A esta carrera la eligió hace 20 años, cuando solo eran siete las mujeres en la Unidad. Hoy los números son mucho más auspiciosos y la mujer se encuentra en todos los ámbitos del quehacer cotidiano de la Fuerza, ya sea como soldado voluntaria trabajando a la par de sus compañeros varones, como suboficial jefa de Grupo o encargada de Unidad; como oficial jefa de una Sección de Infantería mecanizada, levantando puentes o como jefa de distintos organismos, sin olvidar su participación en las Operaciones Militares de Paz o en la Operaciones de Protección Civil.
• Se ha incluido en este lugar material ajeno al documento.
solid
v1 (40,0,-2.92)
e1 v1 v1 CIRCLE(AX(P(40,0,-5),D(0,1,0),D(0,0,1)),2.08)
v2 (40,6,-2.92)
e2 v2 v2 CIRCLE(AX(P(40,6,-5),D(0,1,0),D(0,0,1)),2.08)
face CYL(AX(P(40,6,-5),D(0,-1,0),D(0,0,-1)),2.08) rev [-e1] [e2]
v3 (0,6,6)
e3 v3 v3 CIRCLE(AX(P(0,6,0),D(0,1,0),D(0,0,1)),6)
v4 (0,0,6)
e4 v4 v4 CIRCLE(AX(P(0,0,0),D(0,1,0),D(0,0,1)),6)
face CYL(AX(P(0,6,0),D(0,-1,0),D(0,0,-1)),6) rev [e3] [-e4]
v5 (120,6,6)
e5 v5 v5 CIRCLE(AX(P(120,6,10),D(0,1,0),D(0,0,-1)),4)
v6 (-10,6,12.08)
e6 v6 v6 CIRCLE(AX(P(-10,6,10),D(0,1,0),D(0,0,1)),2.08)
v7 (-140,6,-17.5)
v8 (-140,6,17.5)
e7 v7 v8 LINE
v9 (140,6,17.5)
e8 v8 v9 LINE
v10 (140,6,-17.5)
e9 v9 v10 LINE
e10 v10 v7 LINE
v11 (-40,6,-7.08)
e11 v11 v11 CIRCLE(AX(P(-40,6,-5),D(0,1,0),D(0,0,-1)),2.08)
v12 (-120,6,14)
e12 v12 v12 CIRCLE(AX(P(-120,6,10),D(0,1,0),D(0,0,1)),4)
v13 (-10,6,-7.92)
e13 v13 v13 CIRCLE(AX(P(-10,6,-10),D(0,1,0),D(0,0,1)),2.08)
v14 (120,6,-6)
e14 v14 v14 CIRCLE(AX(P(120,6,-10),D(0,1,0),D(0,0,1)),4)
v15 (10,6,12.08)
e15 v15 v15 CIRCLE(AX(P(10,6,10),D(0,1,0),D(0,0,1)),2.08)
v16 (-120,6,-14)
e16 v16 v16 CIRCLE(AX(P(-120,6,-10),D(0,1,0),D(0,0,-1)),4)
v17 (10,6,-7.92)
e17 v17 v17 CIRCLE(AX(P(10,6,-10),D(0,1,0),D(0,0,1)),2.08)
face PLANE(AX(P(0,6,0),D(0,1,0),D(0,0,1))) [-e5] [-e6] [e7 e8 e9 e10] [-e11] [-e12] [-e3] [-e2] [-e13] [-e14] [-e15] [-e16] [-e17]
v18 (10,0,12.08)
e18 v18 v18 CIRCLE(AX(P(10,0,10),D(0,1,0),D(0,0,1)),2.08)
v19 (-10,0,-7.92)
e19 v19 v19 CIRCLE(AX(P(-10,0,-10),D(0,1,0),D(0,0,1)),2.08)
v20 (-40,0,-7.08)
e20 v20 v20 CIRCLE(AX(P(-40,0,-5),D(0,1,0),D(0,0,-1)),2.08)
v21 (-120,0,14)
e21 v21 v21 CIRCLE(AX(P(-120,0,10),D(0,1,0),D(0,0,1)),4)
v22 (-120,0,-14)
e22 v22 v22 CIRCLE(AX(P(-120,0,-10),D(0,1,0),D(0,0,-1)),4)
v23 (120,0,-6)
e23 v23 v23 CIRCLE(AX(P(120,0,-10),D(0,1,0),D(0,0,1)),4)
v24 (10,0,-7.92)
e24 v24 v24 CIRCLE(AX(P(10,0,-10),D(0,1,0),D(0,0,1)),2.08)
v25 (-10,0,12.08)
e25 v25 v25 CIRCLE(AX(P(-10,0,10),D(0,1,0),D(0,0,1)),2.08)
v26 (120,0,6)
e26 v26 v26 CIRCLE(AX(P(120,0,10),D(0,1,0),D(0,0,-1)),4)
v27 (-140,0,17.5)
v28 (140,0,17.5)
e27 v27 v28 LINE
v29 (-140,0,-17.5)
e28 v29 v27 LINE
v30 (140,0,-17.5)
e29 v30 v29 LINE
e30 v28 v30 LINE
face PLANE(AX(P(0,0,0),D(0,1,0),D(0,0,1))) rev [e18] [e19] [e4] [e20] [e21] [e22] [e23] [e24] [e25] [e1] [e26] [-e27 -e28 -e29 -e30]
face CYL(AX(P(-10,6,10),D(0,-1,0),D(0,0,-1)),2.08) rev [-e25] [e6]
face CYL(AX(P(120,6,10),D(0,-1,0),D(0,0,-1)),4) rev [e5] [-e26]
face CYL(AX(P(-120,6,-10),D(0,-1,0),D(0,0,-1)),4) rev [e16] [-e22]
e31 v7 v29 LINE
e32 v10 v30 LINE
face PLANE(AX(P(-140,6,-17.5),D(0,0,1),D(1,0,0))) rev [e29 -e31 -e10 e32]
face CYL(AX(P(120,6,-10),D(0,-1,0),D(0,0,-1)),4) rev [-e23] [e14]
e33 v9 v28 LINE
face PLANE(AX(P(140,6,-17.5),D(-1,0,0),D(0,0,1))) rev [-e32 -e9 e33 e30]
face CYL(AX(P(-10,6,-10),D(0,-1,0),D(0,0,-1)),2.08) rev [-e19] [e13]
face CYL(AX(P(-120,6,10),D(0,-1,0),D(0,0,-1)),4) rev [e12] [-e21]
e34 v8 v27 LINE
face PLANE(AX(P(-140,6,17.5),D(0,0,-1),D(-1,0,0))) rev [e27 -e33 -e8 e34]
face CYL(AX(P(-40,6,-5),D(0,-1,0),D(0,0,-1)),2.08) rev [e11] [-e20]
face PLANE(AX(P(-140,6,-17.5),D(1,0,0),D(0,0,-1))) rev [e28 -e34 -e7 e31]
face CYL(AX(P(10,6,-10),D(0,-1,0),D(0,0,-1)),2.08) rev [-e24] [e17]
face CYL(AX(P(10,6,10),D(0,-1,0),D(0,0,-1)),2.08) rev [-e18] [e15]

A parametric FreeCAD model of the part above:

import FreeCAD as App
import Part
import Sketcher
from FreeCAD import Vector
Q = App.Units.Quantity

doc = App.newDocument("Part")
params = doc.addObject("Spreadsheet::Sheet", "Params")
for row, (alias, value) in enumerate([
    ("sketch1_diameter", "8 mm"),
    ("sketch1_diameter2", "12 mm"),
    ("sketch1_diameter3", "4.16 mm"),
    ("sketch1_width", "280 mm"),
    ("sketch1_height", "35 mm"),
    ("pad1_length", "6 mm"),
], start=1):
    params.set(f"A{row}", alias)
    params.set(f"B{row}", "=" + value)
    params.setAlias(f"B{row}", alias)

body = doc.addObject("PartDesign::Body", "Body")

sketch1 = body.newObject("Sketcher::SketchObject", "Sketch")
sketch1.AttachmentSupport = (doc.getObject("XZ_Plane"), [""])
sketch1.MapMode = "FlatFace"
sketch1.addGeometry(Part.LineSegment(Vector(-140, -17.5, 0), Vector(-140, 17.5, 0)), False)
sketch1.addGeometry(Part.LineSegment(Vector(-140, 17.5, 0), Vector(140, 17.5, 0)), False)
sketch1.addGeometry(Part.LineSegment(Vector(140, 17.5, 0), Vector(140, -17.5, 0)), False)
sketch1.addGeometry(Part.LineSegment(Vector(140, -17.5, 0), Vector(-140, -17.5, 0)), False)
sketch1.addGeometry(Part.Circle(Vector(-120, 10, 0), Vector(0, 0, 1), 4), False)
sketch1.addGeometry(Part.Circle(Vector(-10, 10, 0), Vector(0, 0, 1), 2.1), False)
sketch1.addGeometry(Part.Circle(Vector(10, 10, 0), Vector(0, 0, 1), 2.1), False)
sketch1.addGeometry(Part.Circle(Vector(120, 10, 0), Vector(0, 0, 1), 4), False)
sketch1.addGeometry(Part.Circle(Vector(-40, -5, 0), Vector(0, 0, 1), 2.1), False)
sketch1.addGeometry(Part.Circle(Vector(-120, -10, 0), Vector(0, 0, 1), 4), False)
sketch1.addGeometry(Part.Circle(Vector(-10, -10, 0), Vector(0, 0, 1), 2.1), False)
sketch1.addGeometry(Part.Circle(Vector(0, 0, 0), Vector(0, 0, 1), 6), False)
sketch1.addGeometry(Part.Circle(Vector(40, -5, 0), Vector(0, 0, 1), 2.1), False)
sketch1.addGeometry(Part.Circle(Vector(10, -10, 0), Vector(0, 0, 1), 2.1), False)
sketch1.addGeometry(Part.Circle(Vector(120, -10, 0), Vector(0, 0, 1), 4), False)
sketch1.addConstraint(Sketcher.Constraint("Coincident", 0, 2, 1, 1))
sketch1.addConstraint(Sketcher.Constraint("Coincident", 1, 2, 2, 1))
sketch1.addConstraint(Sketcher.Constraint("Coincident", 2, 2, 3, 1))
sketch1.addConstraint(Sketcher.Constraint("Coincident", 3, 2, 0, 1))
sketch1.addConstraint(Sketcher.Constraint("Vertical", 0))
sketch1.addConstraint(Sketcher.Constraint("Horizontal", 1))
sketch1.addConstraint(Sketcher.Constraint("Vertical", 2))
sketch1.addConstraint(Sketcher.Constraint("Horizontal", 3))
sketch1.addConstraint(Sketcher.Constraint("Coincident", 11, 3, -1, 1))
sketch1.addConstraint(Sketcher.Constraint("Equal", 5, 6))
sketch1.addConstraint(Sketcher.Constraint("Equal", 4, 7))
sketch1.addConstraint(Sketcher.Constraint("Equal", 6, 8))
sketch1.addConstraint(Sketcher.Constraint("Equal", 7, 9))
sketch1.addConstraint(Sketcher.Constraint("Equal", 8, 10))
sketch1.addConstraint(Sketcher.Constraint("Equal", 10, 12))
sketch1.addConstraint(Sketcher.Constraint("Equal", 12, 13))
sketch1.addConstraint(Sketcher.Constraint("Equal", 9, 14))
sketch1.addConstraint(Sketcher.Constraint("Symmetric", 7, 3, 9, 3, -1, 1))
sketch1.addConstraint(Sketcher.Constraint("Symmetric", 6, 3, 10, 3, -1, 1))
sketch1.addConstraint(Sketcher.Constraint("Symmetric", 5, 3, 13, 3, -1, 1))
sketch1.addConstraint(Sketcher.Constraint("Symmetric", 4, 3, 14, 3, -1, 1))
sketch1.addConstraint(Sketcher.Constraint("Symmetric", 0, 2, 2, 2, -1, 1))
sketch1.addConstraint(Sketcher.Constraint("Symmetric", 5, 3, 6, 3, -2))
sketch1.addConstraint(Sketcher.Constraint("Symmetric", 4, 3, 7, 3, -2))
sketch1.addConstraint(Sketcher.Constraint("Symmetric", 8, 3, 12, 3, -2))
sketch1.addConstraint(Sketcher.Constraint("Horizontal", 4, 3, 5, 3))
sketch1.addConstraint(Sketcher.Constraint("Diameter", 4, Q("8 mm")))
sketch1.addConstraint(Sketcher.Constraint("Diameter", 11, Q("12 mm")))
sketch1.addConstraint(Sketcher.Constraint("Diameter", 5, Q("4.16 mm")))
sketch1.addConstraint(Sketcher.Constraint("DistanceX", 1, 1, 1, 2, Q("280 mm")))
sketch1.addConstraint(Sketcher.Constraint("DistanceY", 0, 1, 0, 2, Q("35 mm")))
sketch1.addConstraint(Sketcher.Constraint("DistanceX", 4, 3, -1, 1, Q("120 mm")))
sketch1.addConstraint(Sketcher.Constraint("DistanceY", -1, 1, 4, 3, Q("10 mm")))
sketch1.addConstraint(Sketcher.Constraint("DistanceX", 5, 3, -1, 1, Q("10 mm")))
sketch1.addConstraint(Sketcher.Constraint("DistanceX", 8, 3, -1, 1, Q("40 mm")))
sketch1.addConstraint(Sketcher.Constraint("DistanceY", 8, 3, -1, 1, Q("5 mm")))
sketch1.setExpression("Constraints[26]", "Params.sketch1_diameter")
sketch1.setExpression("Constraints[27]", "Params.sketch1_diameter2")
sketch1.setExpression("Constraints[28]", "Params.sketch1_diameter3")
sketch1.setExpression("Constraints[29]", "Params.sketch1_width")
sketch1.setExpression("Constraints[30]", "Params.sketch1_height")
pad1 = body.newObject("PartDesign::Pad", "Pad")
pad1.Profile = sketch1
pad1.setExpression("Length", "Params.pad1_length")
pad1.Reversed = True

doc.recompute()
—¿Cuál es tu objetivo profesional?

—A corto plazo estoy preparándome para participar nuevamente en una misión de paz. Si soy seleccionada viajaré nuevamente a Chipre en febrero del año próximo. Para ello perfeccioné mis estudios de idioma, realicé cursos que dicta la Organización de las Naciones Unidas, buscando siempre acrecentar mis conocimientos y servir de manera calificada.

—¿Qué te gusta hacer en tu tiempo libre?

—Mi tiempo libre lo dedico principalmente a mi hijo, que hoy tiene 11 años, lo acompaño en sus actividades deportivas y nos gusta compartir tiempo al aire libre. Seguramente me habrán visto corriendo maratones, remando en el río y también haciendo telas. Viajar y conocer lugares es algo que disfruto mucho, como así también aprovechar las actividades culturales que se ofrecen en la ciudad. Además, comparto mucho tiempo con mi familia y amigas.